§ **THE DATA**:
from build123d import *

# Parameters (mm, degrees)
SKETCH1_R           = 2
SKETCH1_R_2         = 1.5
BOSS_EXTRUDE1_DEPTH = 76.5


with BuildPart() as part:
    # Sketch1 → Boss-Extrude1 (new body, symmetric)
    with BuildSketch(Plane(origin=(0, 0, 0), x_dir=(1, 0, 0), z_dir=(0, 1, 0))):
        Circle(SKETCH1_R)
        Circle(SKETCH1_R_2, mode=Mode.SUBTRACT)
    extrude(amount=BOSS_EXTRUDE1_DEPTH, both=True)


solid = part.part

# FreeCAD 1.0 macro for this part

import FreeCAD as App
import Part
import Sketcher

doc = App.newDocument("Part")
body = doc.addObject("PartDesign::Body", "Body")

# Sketch on XZ plane
sketch1 = body.newObject("Sketcher::SketchObject", "Sketch")
sketch1.AttachmentSupport = (doc.getObject("XZ_Plane"), [""])
sketch1.MapMode = "FlatFace"
sketch1.addGeometry([
    Part.Circle(App.Vector(0, 0, 0), App.Vector(0, 0, 1), 2),
    Part.Circle(App.Vector(0, 0, 0), App.Vector(0, 0, 1), 1.5),
], False)
sketch1.addConstraint([
    Sketcher.Constraint("Coincident", 0, 3, -1, 1),
    Sketcher.Constraint("Coincident", 1, 3, -1, 1),
    Sketcher.Constraint("Diameter", 0, 4.0),
    Sketcher.Constraint("Diameter", 1, 3.0),
])
pad1 = body.newObject("PartDesign::Pad", "Pad")
pad1.Profile = sketch1
pad1.Length = 153
pad1.Midplane = True

doc.recompute()
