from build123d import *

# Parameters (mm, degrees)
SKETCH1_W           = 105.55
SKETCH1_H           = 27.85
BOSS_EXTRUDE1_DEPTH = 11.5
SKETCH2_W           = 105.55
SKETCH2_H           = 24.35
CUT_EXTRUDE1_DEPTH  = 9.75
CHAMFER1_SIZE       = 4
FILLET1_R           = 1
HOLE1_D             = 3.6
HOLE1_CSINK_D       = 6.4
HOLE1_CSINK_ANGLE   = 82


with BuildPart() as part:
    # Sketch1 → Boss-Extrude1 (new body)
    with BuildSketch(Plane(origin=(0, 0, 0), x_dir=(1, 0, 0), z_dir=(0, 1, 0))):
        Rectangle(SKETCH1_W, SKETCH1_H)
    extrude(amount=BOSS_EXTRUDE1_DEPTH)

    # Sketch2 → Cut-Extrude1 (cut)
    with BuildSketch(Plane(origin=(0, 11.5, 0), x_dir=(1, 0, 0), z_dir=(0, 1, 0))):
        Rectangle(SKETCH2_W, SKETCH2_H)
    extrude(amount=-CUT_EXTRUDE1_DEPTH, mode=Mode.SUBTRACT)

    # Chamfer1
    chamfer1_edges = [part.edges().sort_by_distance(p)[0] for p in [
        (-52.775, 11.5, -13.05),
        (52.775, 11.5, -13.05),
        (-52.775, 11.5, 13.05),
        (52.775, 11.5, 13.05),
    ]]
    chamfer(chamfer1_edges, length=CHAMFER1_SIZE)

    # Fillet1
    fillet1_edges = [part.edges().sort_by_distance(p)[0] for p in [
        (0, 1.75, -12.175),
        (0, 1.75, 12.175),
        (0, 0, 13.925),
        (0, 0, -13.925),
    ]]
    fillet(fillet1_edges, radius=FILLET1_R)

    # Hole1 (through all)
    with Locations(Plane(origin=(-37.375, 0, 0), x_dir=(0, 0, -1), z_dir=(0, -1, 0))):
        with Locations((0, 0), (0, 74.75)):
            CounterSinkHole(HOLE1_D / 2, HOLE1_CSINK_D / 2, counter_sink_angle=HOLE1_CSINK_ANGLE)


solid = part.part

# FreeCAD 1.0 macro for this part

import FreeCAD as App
import Part
import Sketcher

V = App.Vector
Q = App.Units.Quantity


def edges_at(feature, points):
    """Names of the edges that pass closest to the given points."""
    edges = feature.Shape.Edges
    near = lambda p: min(range(len(edges)), key=lambda i: edges[i].distToShape(Part.Vertex(*p))[0])
    return sorted({f"Edge{near(p) + 1}" for p in points})


def add_polygon(sketch, points):
    """Adds a closed chain of lines whose ends are joined by coincident constraints."""
    first, n = sketch.GeometryCount, len(points)
    for a, b in zip(points, points[1:] + points[:1]):
        sketch.addGeometry(Part.LineSegment(App.Vector(*a, 0), App.Vector(*b, 0)), False)
    for i in range(n):
        sketch.addConstraint(Sketcher.Constraint("Coincident", first + i, 2, first + (i + 1) % n, 1))

doc = App.newDocument("Part")
body = doc.addObject("PartDesign::Body", "Body")

# Sketch on XZ plane
sketch1 = body.newObject("Sketcher::SketchObject", "Sketch")
sketch1.AttachmentSupport = (doc.getObject("XZ_Plane"), [""])
sketch1.MapMode = "FlatFace"
add_polygon(sketch1, [(-52.775, -13.925), (-52.775, 13.925), (52.775, 13.925), (52.775, -13.925)])  # lines 0-3
sketch1.addConstraint(Sketcher.Constraint("Vertical", 0))
sketch1.addConstraint(Sketcher.Constraint("Horizontal", 1))
sketch1.addConstraint(Sketcher.Constraint("Vertical", 2))
sketch1.addConstraint(Sketcher.Constraint("Horizontal", 3))
sketch1.addConstraint(Sketcher.Constraint("Symmetric", 0, 2, 2, 2, -1, 1))
sketch1.addConstraint(Sketcher.Constraint("DistanceX", 1, 1, 1, 2, Q("105.55 mm")))
sketch1.addConstraint(Sketcher.Constraint("DistanceY", 0, 1, 0, 2, Q("27.85 mm")))
pad1 = body.newObject("PartDesign::Pad", "Pad")
pad1.Profile = sketch1
pad1.Length = 11.5
pad1.Reversed = True

# Sketch on XZ plane
sketch2 = body.newObject("Sketcher::SketchObject", "Sketch001")
sketch2.AttachmentSupport = (doc.getObject("XZ_Plane"), [""])
sketch2.MapMode = "FlatFace"
sketch2.AttachmentOffset = App.Placement(V(0, 0, -11.5), App.Rotation())
add_polygon(sketch2, [(-52.775, -12.175), (-52.775, 12.175), (52.775, 12.175), (52.775, -12.175)])  # lines 0-3
sketch2.addConstraint(Sketcher.Constraint("Vertical", 0))
sketch2.addConstraint(Sketcher.Constraint("Horizontal", 1))
sketch2.addConstraint(Sketcher.Constraint("Vertical", 2))
sketch2.addConstraint(Sketcher.Constraint("Horizontal", 3))
sketch2.addConstraint(Sketcher.Constraint("Symmetric", 0, 2, 2, 2, -1, 1))
sketch2.addConstraint(Sketcher.Constraint("DistanceX", 1, 1, 1, 2, Q("105.55 mm")))
sketch2.addConstraint(Sketcher.Constraint("DistanceY", 0, 1, 0, 2, Q("24.35 mm")))
pocket1 = body.newObject("PartDesign::Pocket", "Pocket")
pocket1.Profile = sketch2
pocket1.Length = 9.75
pocket1.Reversed = True
doc.recompute()

chamfer = body.newObject("PartDesign::Chamfer", "Chamfer")
chamfer.Base = (pocket1, edges_at(pocket1, [
    (-52.775, 11.5, -13.05),
    (52.775, 11.5, -13.05),
    (-52.775, 11.5, 13.05),
    (52.775, 11.5, 13.05),
]))
chamfer.Size = 4
doc.recompute()

fillet = body.newObject("PartDesign::Fillet", "Fillet")
fillet.Base = (chamfer, edges_at(chamfer, [
    (0, 1.75, -12.175),
    (0, 1.75, 12.175),
    (0, 0, 13.925),
    (0, 0, -13.925),
]))
fillet.Radius = 1

# Sketch on XZ plane
sketch3 = body.newObject("Sketcher::SketchObject", "Sketch002")
sketch3.AttachmentSupport = (doc.getObject("XZ_Plane"), [""])
sketch3.MapMode = "FlatFace"
sketch3.addGeometry(Part.Circle(V(-37.375, 0, 0), V(0, 0, 1), 1.8), False)
sketch3.addGeometry(Part.Circle(V(37.375, 0, 0), V(0, 0, 1), 1.8), False)
sketch3.addConstraint(Sketcher.Constraint("Equal", 0, 1))
sketch3.addConstraint(Sketcher.Constraint("Symmetric", 0, 3, 1, 3, -1, 1))
sketch3.addConstraint(Sketcher.Constraint("PointOnObject", 0, 3, -1))
sketch3.addConstraint(Sketcher.Constraint("Diameter", 0, Q("3.6 mm")))
sketch3.addConstraint(Sketcher.Constraint("DistanceX", 0, 3, 1, 3, Q("74.75 mm")))
doc.recompute()
hole = body.newObject("PartDesign::Hole", "Hole")
hole.Profile = sketch3
hole.ThreadType = "None"
hole.Diameter = 3.6
hole.DepthType = "ThroughAll"
hole.HoleCutType = "Countersink"
hole.HoleCutDiameter = 6.4
hole.HoleCutCountersinkAngle = 82

doc.recompute()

§ **PROBLEM DESCRIPTION**: Reproduce the lines above, beginning at the line with "Rectangle(SKETCH1_W, SKETCH1_H)" and stopping after the line with "fillet1_edges = [part.edges().sort_by_distance(p)[0]", exactly as they are.

§ **RESULT OF THE TASK**:
        Rectangle(SKETCH1_W, SKETCH1_H)
    extrude(amount=BOSS_EXTRUDE1_DEPTH)

    # Sketch2 → Cut-Extrude1 (cut)
    with BuildSketch(Plane(origin=(0, 11.5, 0), x_dir=(1, 0, 0), z_dir=(0, 1, 0))):
        Rectangle(SKETCH2_W, SKETCH2_H)
    extrude(amount=-CUT_EXTRUDE1_DEPTH, mode=Mode.SUBTRACT)

    # Chamfer1
    chamfer1_edges = [part.edges().sort_by_distance(p)[0] for p in [
        (-52.775, 11.5, -13.05),
        (52.775, 11.5, -13.05),
        (-52.775, 11.5, 13.05),
        (52.775, 11.5, 13.05),
    ]]
    chamfer(chamfer1_edges, length=CHAMFER1_SIZE)

    # Fillet1
    fillet1_edges = [part.edges().sort_by_distance(p)[0] for p in [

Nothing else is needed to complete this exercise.